I do not have the Shevet HaLevi with me now (it's 2:37 AM and I am not home) but the Mihsna Brura and Kaf HaCHaim that you cite say merely that there is no prohibition of Kol Isha if the woman is not singing. That’s' fine, but Kol Isha isn’t the problem here. The problem here is the lack of Tznius involved when a woman gets up and speaks in front of a multitude of men, being the center of attention while doing so.

You’re Maharshal serves to support this. There were a number of instances when women spoke for a group of men in the "olden days" but it was through a Mechitzah. That would not be problematic. in fact, the source I cited for prohibiting was the fact that we do not allow women to bentch gomel in front of men in Shul for Tznius reasons. Yet there is a legitimate Minhag that women bentch from behind the Mechitzah.
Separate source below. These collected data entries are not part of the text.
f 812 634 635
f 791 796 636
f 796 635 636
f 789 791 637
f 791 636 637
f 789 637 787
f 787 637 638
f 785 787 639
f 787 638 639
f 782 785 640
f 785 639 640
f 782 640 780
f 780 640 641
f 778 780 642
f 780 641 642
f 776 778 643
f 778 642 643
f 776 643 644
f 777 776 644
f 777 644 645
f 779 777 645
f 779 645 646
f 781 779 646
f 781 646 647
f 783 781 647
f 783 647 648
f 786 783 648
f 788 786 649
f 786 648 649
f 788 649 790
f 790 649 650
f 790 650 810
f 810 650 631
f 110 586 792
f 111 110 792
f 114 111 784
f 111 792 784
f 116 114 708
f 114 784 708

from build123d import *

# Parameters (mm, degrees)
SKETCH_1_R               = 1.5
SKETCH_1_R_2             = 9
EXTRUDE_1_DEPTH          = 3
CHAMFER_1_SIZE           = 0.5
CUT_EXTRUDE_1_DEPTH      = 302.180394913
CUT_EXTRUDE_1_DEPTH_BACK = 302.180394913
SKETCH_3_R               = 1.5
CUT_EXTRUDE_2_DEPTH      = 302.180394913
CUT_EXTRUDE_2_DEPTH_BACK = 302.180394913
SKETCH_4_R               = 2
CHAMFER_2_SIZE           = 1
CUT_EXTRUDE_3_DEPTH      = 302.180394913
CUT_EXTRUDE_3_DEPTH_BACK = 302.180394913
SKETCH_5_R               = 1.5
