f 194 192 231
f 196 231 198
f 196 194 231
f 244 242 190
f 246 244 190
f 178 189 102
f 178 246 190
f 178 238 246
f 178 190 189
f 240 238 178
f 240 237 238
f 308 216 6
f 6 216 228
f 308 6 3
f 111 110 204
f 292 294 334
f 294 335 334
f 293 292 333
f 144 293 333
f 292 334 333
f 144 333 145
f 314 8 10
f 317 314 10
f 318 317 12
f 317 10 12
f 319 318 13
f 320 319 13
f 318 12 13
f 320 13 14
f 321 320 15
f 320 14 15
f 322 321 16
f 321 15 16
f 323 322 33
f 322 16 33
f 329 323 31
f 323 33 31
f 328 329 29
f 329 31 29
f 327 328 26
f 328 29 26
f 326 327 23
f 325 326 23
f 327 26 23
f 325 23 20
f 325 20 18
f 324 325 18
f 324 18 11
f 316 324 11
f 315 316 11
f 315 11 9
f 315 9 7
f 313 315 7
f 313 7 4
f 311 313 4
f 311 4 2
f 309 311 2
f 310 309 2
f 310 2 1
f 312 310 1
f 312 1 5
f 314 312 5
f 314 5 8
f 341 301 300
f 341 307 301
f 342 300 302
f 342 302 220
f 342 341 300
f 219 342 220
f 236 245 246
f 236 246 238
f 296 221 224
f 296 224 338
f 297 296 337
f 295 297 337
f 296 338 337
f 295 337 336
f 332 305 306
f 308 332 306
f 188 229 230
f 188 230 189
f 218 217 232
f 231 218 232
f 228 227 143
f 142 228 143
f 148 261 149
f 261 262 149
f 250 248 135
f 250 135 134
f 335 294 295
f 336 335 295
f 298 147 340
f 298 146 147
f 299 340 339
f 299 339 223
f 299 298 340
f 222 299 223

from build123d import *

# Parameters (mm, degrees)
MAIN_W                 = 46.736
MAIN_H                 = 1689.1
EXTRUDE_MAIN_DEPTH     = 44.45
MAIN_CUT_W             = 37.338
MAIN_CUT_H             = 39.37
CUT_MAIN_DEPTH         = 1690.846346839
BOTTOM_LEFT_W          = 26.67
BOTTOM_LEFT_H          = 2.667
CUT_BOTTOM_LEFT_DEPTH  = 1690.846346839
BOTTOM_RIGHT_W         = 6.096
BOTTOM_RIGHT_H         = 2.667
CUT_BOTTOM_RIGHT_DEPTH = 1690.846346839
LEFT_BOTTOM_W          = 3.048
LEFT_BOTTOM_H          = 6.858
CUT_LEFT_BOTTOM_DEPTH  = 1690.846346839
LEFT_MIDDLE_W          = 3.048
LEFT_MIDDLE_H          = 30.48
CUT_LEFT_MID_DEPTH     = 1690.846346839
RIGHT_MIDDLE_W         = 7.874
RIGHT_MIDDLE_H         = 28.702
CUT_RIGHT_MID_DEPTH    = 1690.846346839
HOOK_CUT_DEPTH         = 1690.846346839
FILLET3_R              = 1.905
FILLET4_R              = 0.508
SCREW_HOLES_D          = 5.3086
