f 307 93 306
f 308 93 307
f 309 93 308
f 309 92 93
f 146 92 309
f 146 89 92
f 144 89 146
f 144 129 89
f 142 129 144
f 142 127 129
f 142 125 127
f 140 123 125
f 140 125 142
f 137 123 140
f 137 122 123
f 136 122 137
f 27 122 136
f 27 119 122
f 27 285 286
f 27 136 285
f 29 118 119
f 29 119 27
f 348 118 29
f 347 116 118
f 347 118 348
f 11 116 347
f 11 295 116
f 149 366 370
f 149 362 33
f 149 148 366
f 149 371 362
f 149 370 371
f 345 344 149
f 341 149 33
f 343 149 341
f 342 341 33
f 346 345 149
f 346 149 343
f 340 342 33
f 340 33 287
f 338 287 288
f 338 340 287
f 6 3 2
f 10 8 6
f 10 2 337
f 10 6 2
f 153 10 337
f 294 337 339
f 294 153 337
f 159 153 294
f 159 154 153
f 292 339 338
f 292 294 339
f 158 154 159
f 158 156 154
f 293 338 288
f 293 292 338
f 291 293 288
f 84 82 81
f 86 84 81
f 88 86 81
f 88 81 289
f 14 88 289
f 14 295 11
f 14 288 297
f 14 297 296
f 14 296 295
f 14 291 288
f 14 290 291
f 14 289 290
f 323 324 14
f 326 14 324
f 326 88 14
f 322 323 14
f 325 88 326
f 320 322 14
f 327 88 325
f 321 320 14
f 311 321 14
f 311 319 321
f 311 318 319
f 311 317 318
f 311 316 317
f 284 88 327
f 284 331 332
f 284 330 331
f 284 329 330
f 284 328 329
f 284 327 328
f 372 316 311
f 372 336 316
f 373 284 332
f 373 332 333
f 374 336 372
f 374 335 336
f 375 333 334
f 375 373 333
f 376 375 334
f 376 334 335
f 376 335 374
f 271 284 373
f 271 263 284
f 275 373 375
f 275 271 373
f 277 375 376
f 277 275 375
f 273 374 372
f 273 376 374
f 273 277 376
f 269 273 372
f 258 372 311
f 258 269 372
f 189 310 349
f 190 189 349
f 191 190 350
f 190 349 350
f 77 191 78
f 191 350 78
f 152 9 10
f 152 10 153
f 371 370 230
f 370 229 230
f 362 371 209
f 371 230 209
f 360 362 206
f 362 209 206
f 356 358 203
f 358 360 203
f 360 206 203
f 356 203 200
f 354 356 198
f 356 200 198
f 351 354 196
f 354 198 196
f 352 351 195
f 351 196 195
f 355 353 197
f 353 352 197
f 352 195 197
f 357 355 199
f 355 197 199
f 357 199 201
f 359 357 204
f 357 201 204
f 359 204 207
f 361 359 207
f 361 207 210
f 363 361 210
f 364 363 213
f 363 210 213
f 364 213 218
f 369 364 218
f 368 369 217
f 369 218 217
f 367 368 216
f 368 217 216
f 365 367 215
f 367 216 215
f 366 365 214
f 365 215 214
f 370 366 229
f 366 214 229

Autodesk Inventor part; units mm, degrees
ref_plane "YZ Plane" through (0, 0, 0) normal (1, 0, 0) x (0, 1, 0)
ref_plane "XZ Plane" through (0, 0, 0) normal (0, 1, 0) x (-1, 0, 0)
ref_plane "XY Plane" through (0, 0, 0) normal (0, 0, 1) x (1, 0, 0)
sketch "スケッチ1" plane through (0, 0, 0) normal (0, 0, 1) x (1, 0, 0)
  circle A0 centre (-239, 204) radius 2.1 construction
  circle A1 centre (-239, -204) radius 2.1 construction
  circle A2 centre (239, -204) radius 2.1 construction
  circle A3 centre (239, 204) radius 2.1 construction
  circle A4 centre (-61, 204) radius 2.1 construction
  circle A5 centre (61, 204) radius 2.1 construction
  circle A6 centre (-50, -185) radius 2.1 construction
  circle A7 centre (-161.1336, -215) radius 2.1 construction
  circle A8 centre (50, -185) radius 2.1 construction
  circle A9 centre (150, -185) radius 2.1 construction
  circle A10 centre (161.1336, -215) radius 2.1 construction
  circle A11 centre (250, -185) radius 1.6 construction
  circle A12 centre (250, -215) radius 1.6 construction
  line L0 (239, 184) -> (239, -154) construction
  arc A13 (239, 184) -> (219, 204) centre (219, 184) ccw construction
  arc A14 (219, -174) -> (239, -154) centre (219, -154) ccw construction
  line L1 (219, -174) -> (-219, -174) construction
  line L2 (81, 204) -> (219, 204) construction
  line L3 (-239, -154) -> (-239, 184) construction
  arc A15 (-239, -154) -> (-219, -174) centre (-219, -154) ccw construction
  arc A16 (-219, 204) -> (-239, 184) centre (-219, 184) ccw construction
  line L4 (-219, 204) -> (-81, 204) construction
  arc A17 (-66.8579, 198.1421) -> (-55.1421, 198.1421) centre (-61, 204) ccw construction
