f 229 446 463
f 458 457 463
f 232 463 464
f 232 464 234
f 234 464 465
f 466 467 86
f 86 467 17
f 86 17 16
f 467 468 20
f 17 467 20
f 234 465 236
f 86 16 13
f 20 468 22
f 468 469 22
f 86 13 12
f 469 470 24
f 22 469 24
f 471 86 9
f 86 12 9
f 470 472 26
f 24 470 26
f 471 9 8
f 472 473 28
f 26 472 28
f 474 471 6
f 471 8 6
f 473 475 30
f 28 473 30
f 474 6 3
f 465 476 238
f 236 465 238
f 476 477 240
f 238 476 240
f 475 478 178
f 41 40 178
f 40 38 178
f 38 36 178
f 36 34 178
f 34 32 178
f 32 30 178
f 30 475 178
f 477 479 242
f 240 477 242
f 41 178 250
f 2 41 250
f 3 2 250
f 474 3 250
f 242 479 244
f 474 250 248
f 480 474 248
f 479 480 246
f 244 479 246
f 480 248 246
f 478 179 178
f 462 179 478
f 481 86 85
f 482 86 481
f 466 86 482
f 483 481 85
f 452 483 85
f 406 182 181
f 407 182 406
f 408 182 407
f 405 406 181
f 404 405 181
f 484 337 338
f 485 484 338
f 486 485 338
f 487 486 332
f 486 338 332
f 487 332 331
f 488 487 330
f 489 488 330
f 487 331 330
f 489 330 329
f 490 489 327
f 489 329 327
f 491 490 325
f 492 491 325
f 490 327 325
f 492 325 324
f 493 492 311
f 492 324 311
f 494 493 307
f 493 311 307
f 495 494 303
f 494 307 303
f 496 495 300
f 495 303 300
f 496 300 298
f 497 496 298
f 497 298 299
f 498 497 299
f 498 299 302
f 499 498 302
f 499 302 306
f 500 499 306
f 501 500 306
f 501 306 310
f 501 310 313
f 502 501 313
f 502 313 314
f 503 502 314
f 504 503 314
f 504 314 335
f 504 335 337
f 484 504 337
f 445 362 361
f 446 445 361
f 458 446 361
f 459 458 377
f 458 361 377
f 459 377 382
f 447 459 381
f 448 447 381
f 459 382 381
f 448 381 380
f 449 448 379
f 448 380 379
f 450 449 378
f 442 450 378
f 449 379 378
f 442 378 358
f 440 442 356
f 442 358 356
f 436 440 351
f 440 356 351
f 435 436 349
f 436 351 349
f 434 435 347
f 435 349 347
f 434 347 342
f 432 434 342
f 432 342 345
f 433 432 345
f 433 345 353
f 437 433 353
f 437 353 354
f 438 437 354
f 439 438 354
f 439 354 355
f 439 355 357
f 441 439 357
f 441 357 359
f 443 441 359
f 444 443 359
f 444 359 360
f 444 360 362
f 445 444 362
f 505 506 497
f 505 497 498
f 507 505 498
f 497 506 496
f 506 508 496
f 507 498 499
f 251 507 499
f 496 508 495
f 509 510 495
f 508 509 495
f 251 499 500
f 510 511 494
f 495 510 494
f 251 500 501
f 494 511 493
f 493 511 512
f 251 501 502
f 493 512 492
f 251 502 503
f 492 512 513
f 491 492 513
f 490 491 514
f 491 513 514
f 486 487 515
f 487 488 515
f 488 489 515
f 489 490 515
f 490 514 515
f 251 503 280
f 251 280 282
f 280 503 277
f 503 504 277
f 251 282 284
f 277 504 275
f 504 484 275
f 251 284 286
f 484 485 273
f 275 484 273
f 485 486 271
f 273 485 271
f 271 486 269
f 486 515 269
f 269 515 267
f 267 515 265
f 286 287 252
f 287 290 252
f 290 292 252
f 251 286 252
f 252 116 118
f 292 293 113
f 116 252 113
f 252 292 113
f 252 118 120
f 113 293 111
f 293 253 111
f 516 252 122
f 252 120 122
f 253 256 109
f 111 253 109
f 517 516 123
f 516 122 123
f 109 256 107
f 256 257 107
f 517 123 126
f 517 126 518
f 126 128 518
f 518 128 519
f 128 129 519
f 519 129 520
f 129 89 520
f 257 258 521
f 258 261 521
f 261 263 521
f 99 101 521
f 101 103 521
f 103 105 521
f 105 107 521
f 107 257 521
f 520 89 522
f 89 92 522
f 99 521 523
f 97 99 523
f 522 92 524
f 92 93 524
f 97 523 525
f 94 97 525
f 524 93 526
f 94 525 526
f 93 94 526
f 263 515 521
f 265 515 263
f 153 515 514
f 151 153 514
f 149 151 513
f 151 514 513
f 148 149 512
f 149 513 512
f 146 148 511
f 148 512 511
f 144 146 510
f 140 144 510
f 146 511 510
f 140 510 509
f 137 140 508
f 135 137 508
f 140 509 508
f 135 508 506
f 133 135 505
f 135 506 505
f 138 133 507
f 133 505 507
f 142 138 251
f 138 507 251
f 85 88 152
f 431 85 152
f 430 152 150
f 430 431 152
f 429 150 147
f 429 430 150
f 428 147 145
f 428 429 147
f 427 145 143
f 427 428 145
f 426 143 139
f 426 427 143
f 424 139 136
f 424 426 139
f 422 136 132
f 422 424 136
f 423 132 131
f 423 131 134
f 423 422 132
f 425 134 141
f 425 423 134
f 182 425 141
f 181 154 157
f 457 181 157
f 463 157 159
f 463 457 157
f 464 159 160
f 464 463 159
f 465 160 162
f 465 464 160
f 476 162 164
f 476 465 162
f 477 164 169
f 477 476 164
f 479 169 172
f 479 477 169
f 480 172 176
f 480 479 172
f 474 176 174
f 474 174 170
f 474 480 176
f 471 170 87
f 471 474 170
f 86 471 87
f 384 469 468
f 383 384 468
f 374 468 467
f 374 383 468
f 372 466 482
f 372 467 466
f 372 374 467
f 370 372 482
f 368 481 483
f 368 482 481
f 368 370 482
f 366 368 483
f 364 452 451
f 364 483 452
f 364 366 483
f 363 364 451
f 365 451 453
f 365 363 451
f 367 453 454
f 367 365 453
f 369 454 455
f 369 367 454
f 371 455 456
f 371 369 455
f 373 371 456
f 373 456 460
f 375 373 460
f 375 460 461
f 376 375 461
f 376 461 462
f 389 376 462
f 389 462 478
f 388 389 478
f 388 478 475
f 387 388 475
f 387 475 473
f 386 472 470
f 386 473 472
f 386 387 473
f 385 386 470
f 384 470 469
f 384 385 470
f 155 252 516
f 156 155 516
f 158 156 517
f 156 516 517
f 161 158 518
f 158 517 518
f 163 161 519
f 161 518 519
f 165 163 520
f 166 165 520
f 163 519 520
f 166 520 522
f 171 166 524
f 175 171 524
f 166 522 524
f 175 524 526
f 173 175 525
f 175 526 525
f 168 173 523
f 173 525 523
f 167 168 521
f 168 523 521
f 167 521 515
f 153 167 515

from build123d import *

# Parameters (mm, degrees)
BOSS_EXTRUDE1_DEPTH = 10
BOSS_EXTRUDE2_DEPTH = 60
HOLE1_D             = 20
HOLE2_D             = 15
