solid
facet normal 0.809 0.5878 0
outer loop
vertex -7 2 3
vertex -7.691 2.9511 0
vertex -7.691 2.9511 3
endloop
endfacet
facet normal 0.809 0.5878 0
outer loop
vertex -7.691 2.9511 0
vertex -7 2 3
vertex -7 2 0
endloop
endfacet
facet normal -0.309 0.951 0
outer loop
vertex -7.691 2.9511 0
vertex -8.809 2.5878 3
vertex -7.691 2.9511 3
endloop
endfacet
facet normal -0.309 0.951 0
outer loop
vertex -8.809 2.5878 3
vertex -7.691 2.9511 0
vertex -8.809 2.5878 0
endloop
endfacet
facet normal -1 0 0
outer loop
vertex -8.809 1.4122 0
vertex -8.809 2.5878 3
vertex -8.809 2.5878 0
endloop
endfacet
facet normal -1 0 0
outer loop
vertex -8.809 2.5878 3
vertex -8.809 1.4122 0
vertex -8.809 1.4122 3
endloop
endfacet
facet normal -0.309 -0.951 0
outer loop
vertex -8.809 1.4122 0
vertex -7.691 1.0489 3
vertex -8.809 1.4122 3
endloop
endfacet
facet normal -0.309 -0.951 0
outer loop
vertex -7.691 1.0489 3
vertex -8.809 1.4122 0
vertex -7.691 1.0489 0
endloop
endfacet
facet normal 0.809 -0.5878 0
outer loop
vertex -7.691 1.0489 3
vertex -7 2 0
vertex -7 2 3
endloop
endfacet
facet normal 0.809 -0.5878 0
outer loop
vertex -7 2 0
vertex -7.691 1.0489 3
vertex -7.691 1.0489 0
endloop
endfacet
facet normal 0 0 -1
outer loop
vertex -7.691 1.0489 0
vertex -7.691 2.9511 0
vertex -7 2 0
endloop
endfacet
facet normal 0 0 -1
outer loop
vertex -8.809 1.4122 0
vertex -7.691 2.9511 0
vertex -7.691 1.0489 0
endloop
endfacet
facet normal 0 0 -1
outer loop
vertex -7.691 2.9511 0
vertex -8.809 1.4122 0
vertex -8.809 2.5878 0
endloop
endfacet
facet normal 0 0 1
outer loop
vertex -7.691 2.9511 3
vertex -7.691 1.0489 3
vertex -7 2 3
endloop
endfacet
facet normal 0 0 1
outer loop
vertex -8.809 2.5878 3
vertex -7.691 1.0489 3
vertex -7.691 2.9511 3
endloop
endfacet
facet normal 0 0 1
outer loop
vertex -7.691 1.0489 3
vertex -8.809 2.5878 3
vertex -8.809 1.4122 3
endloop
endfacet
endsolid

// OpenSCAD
union() {
  translate([-8, 2, 0]) cylinder(h=3, r=1, center=false);
}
if a man is giving a shiur to a group of both men and women, and he asks for questions, would it be considered assur for a woman to ask a question if it would be heard by a group of men?


I don’t know about Assur, since in this case the woman is not the center of attention where all the men are looking at her, but it is definitely more in the interest of Tznius to have the women pass their questions up on a sheet of paper or something like that. Rabbi Avigdor Miller ZTL used to do that and it worked quite well. I've seen others do it too.


According to the vast majority of poskim, only the singing voice of a woman is prohibited as Kol Isha. A plain speaking voice, such as what you would be using in your dvar Torah, is not included in the prohibition.

However, women speaking in public for men is certainly frowned upon, and may be Halachicly prohibited. The source would be the Halachah that a woman who has to bentch gomel may not do it in public in full sight of men because it is not Tzniusdik to do so. Speaking in public would involve the exact same lack of Tznius.

However, with great effort, (b'dochek) a distinction can be made in that with bentching gomel an alternative is available - she can bentch gomel from behind the mechitzah, or even in the privacy of her own home in front of her husband. If there is no alternative speaker to deliver the message that the woman would, we have no proof to prohibit.

HOWEVER, prohibited or not, we certainly see that it is considered not Tzniusdik.
If you are Chassidish, you may want to point out to your father that in Chassidish tradition, there were women, rebetzens, who occasionally said divrei Torah for men, but invariably did so only from behind the mechitzah.

But Halachah aside, if you are uncomfortable speaking for the men, it is certainly a good trait of booshah, and Halachah or not, Chassidish tradition or not, you should ask your father to please not force you to do something that makes you uncomfortable, especially since the discomfort is coming from a good place.